What this task involves
Going through the data below, copy out each line where the word "construction" shows up.

Recorded information
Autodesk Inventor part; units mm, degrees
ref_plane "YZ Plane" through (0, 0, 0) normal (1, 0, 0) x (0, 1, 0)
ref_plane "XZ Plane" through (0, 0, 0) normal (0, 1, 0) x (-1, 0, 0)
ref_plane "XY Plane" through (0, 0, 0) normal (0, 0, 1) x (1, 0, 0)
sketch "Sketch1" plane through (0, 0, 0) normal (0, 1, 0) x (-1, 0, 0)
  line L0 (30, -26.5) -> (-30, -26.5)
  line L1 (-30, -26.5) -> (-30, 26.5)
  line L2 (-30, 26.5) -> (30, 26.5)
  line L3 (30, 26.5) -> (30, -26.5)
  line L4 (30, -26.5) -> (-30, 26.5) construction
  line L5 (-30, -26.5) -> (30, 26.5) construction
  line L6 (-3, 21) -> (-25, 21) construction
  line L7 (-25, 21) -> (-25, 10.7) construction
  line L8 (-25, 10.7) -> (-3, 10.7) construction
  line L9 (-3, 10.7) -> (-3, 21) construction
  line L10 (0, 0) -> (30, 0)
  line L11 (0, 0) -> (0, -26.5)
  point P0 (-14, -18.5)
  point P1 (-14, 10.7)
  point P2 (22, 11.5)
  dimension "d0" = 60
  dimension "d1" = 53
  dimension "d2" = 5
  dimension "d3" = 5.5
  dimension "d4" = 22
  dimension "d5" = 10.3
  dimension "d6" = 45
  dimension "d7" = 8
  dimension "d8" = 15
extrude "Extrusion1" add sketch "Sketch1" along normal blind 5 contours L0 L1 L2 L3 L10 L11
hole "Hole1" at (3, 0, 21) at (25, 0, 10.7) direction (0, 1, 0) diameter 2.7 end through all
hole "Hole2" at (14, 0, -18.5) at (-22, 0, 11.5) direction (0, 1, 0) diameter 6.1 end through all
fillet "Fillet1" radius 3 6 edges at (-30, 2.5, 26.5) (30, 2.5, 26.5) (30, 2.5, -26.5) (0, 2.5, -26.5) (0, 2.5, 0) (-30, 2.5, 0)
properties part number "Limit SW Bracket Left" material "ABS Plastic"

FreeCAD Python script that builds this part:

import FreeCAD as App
import Part
import Sketcher

V = App.Vector


def edges_at(feature, points):
    """Names of the edges that pass closest to the given points."""
    edges = feature.Shape.Edges
    near = lambda p: min(range(len(edges)), key=lambda i: edges[i].distToShape(Part.Vertex(*p))[0])
    return sorted({f"Edge{near(p) + 1}" for p in points})

doc = App.newDocument("Part")
body = doc.addObject("PartDesign::Body", "Body")

sketch1 = body.newObject("Sketcher::SketchObject", "Sketch")
sketch1.AttachmentSupport = (doc.getObject("XZ_Plane"), [""])
sketch1.MapMode = "FlatFace"
sketch1.addGeometry(Part.LineSegment(V(30, -26, 0), V(0, -26, 0)), False)
sketch1.addGeometry(Part.LineSegment(V(0, -26, 0), V(0, 0, 0)), False)
sketch1.addGeometry(Part.LineSegment(V(0, 0, 0), V(-30, 0, 0)), False)
sketch1.addGeometry(Part.LineSegment(V(-30, 0, 0), V(-30, 26, 0)), False)
sketch1.addGeometry(Part.LineSegment(V(-30, 26, 0), V(30, 26, 0)), False)
sketch1.addGeometry(Part.LineSegment(V(30, 26, 0), V(30, -26, 0)), False)
sketch1.addConstraint(Sketcher.Constraint("Coincident", 0, 2, 1, 1))
sketch1.addConstraint(Sketcher.Constraint("Coincident", 1, 2, 2, 1))
sketch1.addConstraint(Sketcher.Constraint("Coincident", 2, 2, 3, 1))
sketch1.addConstraint(Sketcher.Constraint("Coincident", 3, 2, 4, 1))
sketch1.addConstraint(Sketcher.Constraint("Coincident", 4, 2, 5, 1))
sketch1.addConstraint(Sketcher.Constraint("Coincident", 5, 2, 0, 1))
sketch1.addConstraint(Sketcher.Constraint("Horizontal", 0))
sketch1.addConstraint(Sketcher.Constraint("Vertical", 1))
sketch1.addConstraint(Sketcher.Constraint("Horizontal", 2))
sketch1.addConstraint(Sketcher.Constraint("Vertical", 3))
sketch1.addConstraint(Sketcher.Constraint("Horizontal", 4))
sketch1.addConstraint(Sketcher.Constraint("Vertical", 5))
sketch1.addConstraint(Sketcher.Constraint("Coincident", 1, 2, -1, 1))
sketch1.addConstraint(Sketcher.Constraint("Symmetric", 3, 2, 5, 2, -1, 1))
sketch1.addConstraint(Sketcher.Constraint("DistanceX", 4, 1, 4, 2, 60.0))
sketch1.addConstraint(Sketcher.Constraint("DistanceY", 5, 2, 5, 1, 53.0))
pad1 = body.newObject("PartDesign::Pad", "Pad")
pad1.Profile = sketch1
pad1.Length = 5
pad1.Reversed = True

sketch2 = body.newObject("Sketcher::SketchObject", "Sketch001")
sketch2.AttachmentSupport = (doc.getObject("XZ_Plane"), [""])
sketch2.MapMode = "FlatFace"
sketch2.addGeometry(Part.Circle(V(3, 21, 0), V(0, 0, 1), 1.4), False)
sketch2.addGeometry(Part.Circle(V(25, 10.7, 0), V(0, 0, 1), 1.4), False)
sketch2.addConstraint(Sketcher.Constraint("Equal", 0, 1))
sketch2.addConstraint(Sketcher.Constraint("Diameter", 0, 2.7))
sketch2.addConstraint(Sketcher.Constraint("DistanceX", -1, 1, 0, 3, 3.0))
sketch2.addConstraint(Sketcher.Constraint("DistanceY", -1, 1, 0, 3, 21.0))
sketch2.addConstraint(Sketcher.Constraint("DistanceX", -1, 1, 1, 3, 25.0))
sketch2.addConstraint(Sketcher.Constraint("DistanceY", -1, 1, 1, 3, 10.7))
doc.recompute()
hole = body.newObject("PartDesign::Hole", "Hole")
hole.Profile = sketch2
hole.ThreadType = "None"
hole.Diameter = 2.7
hole.DepthType = "ThroughAll"

sketch3 = body.newObject("Sketcher::SketchObject", "Sketch002")
sketch3.AttachmentSupport = (doc.getObject("XZ_Plane"), [""])
sketch3.MapMode = "FlatFace"
sketch3.addGeometry(Part.Circle(V(14, -18.5, 0), V(0, 0, 1), 3), False)
sketch3.addGeometry(Part.Circle(V(-22, 11.5, 0), V(0, 0, 1), 3), False)
sketch3.addConstraint(Sketcher.Constraint("Equal", 0, 1))
sketch3.addConstraint(Sketcher.Constraint("Diameter", 0, 6.1))
sketch3.addConstraint(Sketcher.Constraint("DistanceX", -1, 1, 0, 3, 14.0))
sketch3.addConstraint(Sketcher.Constraint("DistanceX", 1, 3, -1, 1, 22.0))
sketch3.addConstraint(Sketcher.Constraint("DistanceY", 0, 3, 1, 3, 30.0))
sketch3.addConstraint(Sketcher.Constraint("DistanceY", 0, 3, -1, 1, 18.5))
doc.recompute()
hole2 = body.newObject("PartDesign::Hole", "Hole001")
hole2.Profile = sketch3
hole2.ThreadType = "None"
hole2.Diameter = 6.1
hole2.DepthType = "ThroughAll"
doc.recompute()

fillet = body.newObject("PartDesign::Fillet", "Fillet")
fillet.Base = (hole2, edges_at(hole2, [
    (-30, 2.5, 26.5),
    (30, 2.5, 26.5),
    (30, 2.5, -26.5),
    (0, 2.5, -26.5),
    (0, 2.5, 0),
    (-30, 2.5, 0),
]))
fillet.Radius = 3

doc.recompute()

Answer space
  line L4 (30, -26.5) -> (-30, 26.5) construction
  line L5 (-30, -26.5) -> (30, 26.5) construction
  line L6 (-3, 21) -> (-25, 21) construction
  line L7 (-25, 21) -> (-25, 10.7) construction
  line L8 (-25, 10.7) -> (-3, 10.7) construction
  line L9 (-3, 10.7) -> (-3, 21) construction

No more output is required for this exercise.